In the non-lobar hemorrhage subgroup, the resumption of antiplatelet therapy was associated with a lower recurrence of ICH. It is generally believed that non-lobar or subcortical cerebral hemorrhage is caused by Charcot-Bouchard affecting the penetrating arterioles secondary to chronic hypertension. The result of a RCT by Banerjee [65] showed that patients with a history of non-lobar hemorrhage have a lower risk of cerebral hemorrhage than those with lobar hemorrhage. Snyder [67] found that the resumption of antiplatelet therapy after non-lobar hemorrhage did not increase ICH recurrence. After the absorption of hematoma and improvement of secondary tissue damage, patients with hypertension-related non-lobar hemorrhage with no obvious cerebral micro-hemorrhage and strong indications for antiplatelet therapy may safely restart antiplatelet therapy. However, the determination of the optimal timing of resumption and the selection of appropriate types of antiplatelet drugs remain unsolved. The selection of high-risk patients, determination of the optimal timing of resuming treatment, and choice of appropriate antiplatelet agent are issues that remain unresolved in relation to ICH. Nevertheless, the administration of antiplatelet therapy might be as early as possible to prevent new ischemic lesions and subsequent vascular events [68]. A large amount of research is essential to determine the balance time point in the middle.
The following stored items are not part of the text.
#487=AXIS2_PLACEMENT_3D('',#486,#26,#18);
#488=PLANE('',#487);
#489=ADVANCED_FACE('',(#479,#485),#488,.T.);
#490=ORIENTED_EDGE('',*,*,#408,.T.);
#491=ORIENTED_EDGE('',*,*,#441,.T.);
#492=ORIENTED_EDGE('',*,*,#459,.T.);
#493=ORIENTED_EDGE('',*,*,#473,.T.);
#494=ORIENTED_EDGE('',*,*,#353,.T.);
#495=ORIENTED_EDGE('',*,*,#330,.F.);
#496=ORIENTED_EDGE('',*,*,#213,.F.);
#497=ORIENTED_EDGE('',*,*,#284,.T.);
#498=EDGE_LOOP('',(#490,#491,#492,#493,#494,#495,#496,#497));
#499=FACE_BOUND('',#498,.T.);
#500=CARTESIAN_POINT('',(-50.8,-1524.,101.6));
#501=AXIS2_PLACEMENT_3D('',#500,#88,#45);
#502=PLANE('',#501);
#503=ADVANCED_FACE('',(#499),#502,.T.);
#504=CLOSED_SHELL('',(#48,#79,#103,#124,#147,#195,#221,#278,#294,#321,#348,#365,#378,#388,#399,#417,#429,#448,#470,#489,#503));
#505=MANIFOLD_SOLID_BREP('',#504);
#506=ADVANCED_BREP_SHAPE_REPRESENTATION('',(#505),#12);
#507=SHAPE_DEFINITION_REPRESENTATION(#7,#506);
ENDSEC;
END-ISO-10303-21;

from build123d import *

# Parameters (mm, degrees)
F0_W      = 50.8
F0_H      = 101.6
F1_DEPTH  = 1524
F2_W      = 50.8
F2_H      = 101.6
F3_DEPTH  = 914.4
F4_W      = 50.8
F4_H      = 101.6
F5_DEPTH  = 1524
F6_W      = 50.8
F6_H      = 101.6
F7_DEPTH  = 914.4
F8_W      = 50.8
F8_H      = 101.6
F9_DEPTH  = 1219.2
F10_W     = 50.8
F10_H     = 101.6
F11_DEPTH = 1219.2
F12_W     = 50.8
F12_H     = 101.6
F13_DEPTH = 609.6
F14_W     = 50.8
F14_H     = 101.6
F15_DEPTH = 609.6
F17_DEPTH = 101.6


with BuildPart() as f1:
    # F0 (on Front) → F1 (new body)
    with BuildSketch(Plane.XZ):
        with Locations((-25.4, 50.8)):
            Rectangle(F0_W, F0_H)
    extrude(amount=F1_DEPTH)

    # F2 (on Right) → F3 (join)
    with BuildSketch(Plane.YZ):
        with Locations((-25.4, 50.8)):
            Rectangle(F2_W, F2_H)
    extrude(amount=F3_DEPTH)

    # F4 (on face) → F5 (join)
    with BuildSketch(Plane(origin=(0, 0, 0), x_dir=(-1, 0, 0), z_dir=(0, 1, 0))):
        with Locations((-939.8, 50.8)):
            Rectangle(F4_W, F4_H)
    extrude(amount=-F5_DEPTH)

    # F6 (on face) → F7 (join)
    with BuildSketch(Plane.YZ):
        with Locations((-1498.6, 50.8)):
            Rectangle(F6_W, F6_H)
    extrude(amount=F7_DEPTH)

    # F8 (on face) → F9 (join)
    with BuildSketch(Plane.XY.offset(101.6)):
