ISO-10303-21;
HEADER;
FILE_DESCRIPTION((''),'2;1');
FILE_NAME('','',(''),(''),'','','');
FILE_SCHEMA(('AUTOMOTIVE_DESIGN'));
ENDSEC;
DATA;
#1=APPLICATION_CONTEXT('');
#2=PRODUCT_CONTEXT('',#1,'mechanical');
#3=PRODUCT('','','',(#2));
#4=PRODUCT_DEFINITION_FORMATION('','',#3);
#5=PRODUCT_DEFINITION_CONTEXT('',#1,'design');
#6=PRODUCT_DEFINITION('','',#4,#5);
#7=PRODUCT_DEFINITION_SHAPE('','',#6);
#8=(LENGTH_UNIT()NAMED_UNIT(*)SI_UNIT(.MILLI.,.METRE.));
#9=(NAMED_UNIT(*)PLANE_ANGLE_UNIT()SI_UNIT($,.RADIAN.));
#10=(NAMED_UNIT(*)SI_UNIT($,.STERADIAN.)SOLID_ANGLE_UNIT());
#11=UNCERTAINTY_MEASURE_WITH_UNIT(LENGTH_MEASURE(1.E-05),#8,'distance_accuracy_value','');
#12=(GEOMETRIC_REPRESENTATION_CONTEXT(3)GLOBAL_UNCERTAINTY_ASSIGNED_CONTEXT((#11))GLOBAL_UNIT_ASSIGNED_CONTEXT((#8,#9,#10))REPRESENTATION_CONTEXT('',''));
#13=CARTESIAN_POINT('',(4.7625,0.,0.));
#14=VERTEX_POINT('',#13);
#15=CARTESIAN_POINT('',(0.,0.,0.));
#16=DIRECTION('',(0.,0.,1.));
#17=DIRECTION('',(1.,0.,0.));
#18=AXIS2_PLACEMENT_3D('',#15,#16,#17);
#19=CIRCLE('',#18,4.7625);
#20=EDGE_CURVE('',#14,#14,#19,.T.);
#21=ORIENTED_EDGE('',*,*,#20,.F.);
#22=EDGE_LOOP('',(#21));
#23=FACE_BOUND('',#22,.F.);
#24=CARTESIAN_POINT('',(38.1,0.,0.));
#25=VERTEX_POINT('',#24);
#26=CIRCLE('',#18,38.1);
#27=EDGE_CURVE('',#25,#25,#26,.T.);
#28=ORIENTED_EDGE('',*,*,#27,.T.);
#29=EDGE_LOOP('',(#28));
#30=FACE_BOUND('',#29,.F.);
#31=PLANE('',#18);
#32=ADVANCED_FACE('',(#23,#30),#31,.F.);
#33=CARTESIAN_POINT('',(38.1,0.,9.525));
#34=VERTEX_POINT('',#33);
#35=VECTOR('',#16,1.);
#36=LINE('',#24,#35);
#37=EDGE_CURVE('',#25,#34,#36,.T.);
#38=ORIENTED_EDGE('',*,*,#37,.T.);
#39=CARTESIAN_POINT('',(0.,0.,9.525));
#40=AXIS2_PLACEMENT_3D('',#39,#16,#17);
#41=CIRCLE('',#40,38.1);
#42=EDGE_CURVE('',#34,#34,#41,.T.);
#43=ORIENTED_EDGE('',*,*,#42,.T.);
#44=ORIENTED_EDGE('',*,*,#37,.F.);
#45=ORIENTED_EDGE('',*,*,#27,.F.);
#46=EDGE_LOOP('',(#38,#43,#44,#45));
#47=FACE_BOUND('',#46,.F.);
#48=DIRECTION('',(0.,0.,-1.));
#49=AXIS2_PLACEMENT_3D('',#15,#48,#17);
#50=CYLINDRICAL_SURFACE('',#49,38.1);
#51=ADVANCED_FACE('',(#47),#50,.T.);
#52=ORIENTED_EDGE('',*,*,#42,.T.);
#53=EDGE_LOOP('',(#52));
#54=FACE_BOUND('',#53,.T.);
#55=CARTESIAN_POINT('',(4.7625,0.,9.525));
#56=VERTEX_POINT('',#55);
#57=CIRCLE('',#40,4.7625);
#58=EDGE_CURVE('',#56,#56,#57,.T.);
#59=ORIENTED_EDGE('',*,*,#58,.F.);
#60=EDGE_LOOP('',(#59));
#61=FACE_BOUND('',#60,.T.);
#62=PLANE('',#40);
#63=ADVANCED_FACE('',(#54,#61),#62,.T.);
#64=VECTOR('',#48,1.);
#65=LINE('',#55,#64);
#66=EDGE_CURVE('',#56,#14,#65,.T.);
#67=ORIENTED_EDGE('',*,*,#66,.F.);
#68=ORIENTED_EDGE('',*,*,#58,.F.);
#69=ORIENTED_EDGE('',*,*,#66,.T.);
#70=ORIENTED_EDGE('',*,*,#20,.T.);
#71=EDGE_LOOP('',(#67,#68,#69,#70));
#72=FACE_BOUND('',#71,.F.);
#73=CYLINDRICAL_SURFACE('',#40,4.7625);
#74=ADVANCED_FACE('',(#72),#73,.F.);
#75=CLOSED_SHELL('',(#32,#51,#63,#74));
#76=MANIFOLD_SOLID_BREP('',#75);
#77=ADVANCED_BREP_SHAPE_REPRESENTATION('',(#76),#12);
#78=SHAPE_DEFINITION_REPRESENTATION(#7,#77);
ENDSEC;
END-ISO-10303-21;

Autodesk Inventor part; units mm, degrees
ref_plane "YZ Plane" through (0, 0, 0) normal (1, 0, 0) x (0, 1, 0)
ref_plane "XZ Plane" through (0, 0, 0) normal (0, 1, 0) x (-1, 0, 0)
ref_plane "XY Plane" through (0, 0, 0) normal (0, 0, 1) x (1, 0, 0)
sketch "Sketch1" plane through (0, 0, 0) normal (0, 0, 1) x (1, 0, 0)
  circle A0 centre (0, 0) radius 38.1
  dimension "d0" = 76.2
extrude "Extrusion1" add sketch "Sketch1" along normal blind 9.525
sketch "Sketch2" plane through (0, 0, 9.525) normal (0, 0, 1) x (1, 0, 0)
  circle A0 centre (0, 0) radius 38.1 projected
  circle A1 centre (0, 0) radius 4.7625
  dimension "d3" = 9.525
extrude "Extrusion2" cut sketch "Sketch2" against normal blind 9.525 contours A1
properties part number "rachet gear analouge"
In addition, several limitations exist in our meta-analysis. First, we included only Chinese and English studies, and language restrictions may cause bias and affect the applicability of our research results. Second, only a relatively small number of RCTs were included in our systematic review. Third, to obtain as much data as possible, we included not only studies of spontaneous ICH but also subdural hemorrhage and subarachnoid hemorrhage. Hence, there was variability in the selection criteria of individual studies. Fourth, the effect of antiplatelet therapy may depend on the type of drug used. Previous study [69] showed that low-dose aspirin treatment after hemorrhagic stroke was associated with improved survival, but clopidogrel did not have these beneficial effects. Cilostazol had a lower bleeding tendency [53]. Different antiplatelet drugs have different effects. Since most of the studies we included did not separately count the patient’s condition after the application of antiplatelet drugs with different mechanisms of action and the time to restart antiplatelet therapy, our study failed to analyze the difference in the efficacy of various antiplatelet agents. Fifth, for some of the outcome indicators, such as neurological deficit, hemiplegia, incidence of cardiovascular events, MRS score, and QOL score, both the number of included studies and patients were small and insufficient, so the conclusion from this part of the analysis is difficult to be convincing. Finally, although our study found a large difference in the incidence of ICH between Asians and Caucasians after restarting antiplatelet therapy, we failed to determine what causes the difference (epidemiology, etiology or pathophysiological variations).

Conclusion

In summary, reinstitution of antiplatelet therapy after ICH was associated with a lower risk of thromboembolic complications.Resumption of antiplatelet therapy was not associated with a higher incidence of cerebral hemorrhage in Caucasians, but may be associated with a higher risk of cerebral hemorrhage recurrence in Asian populations.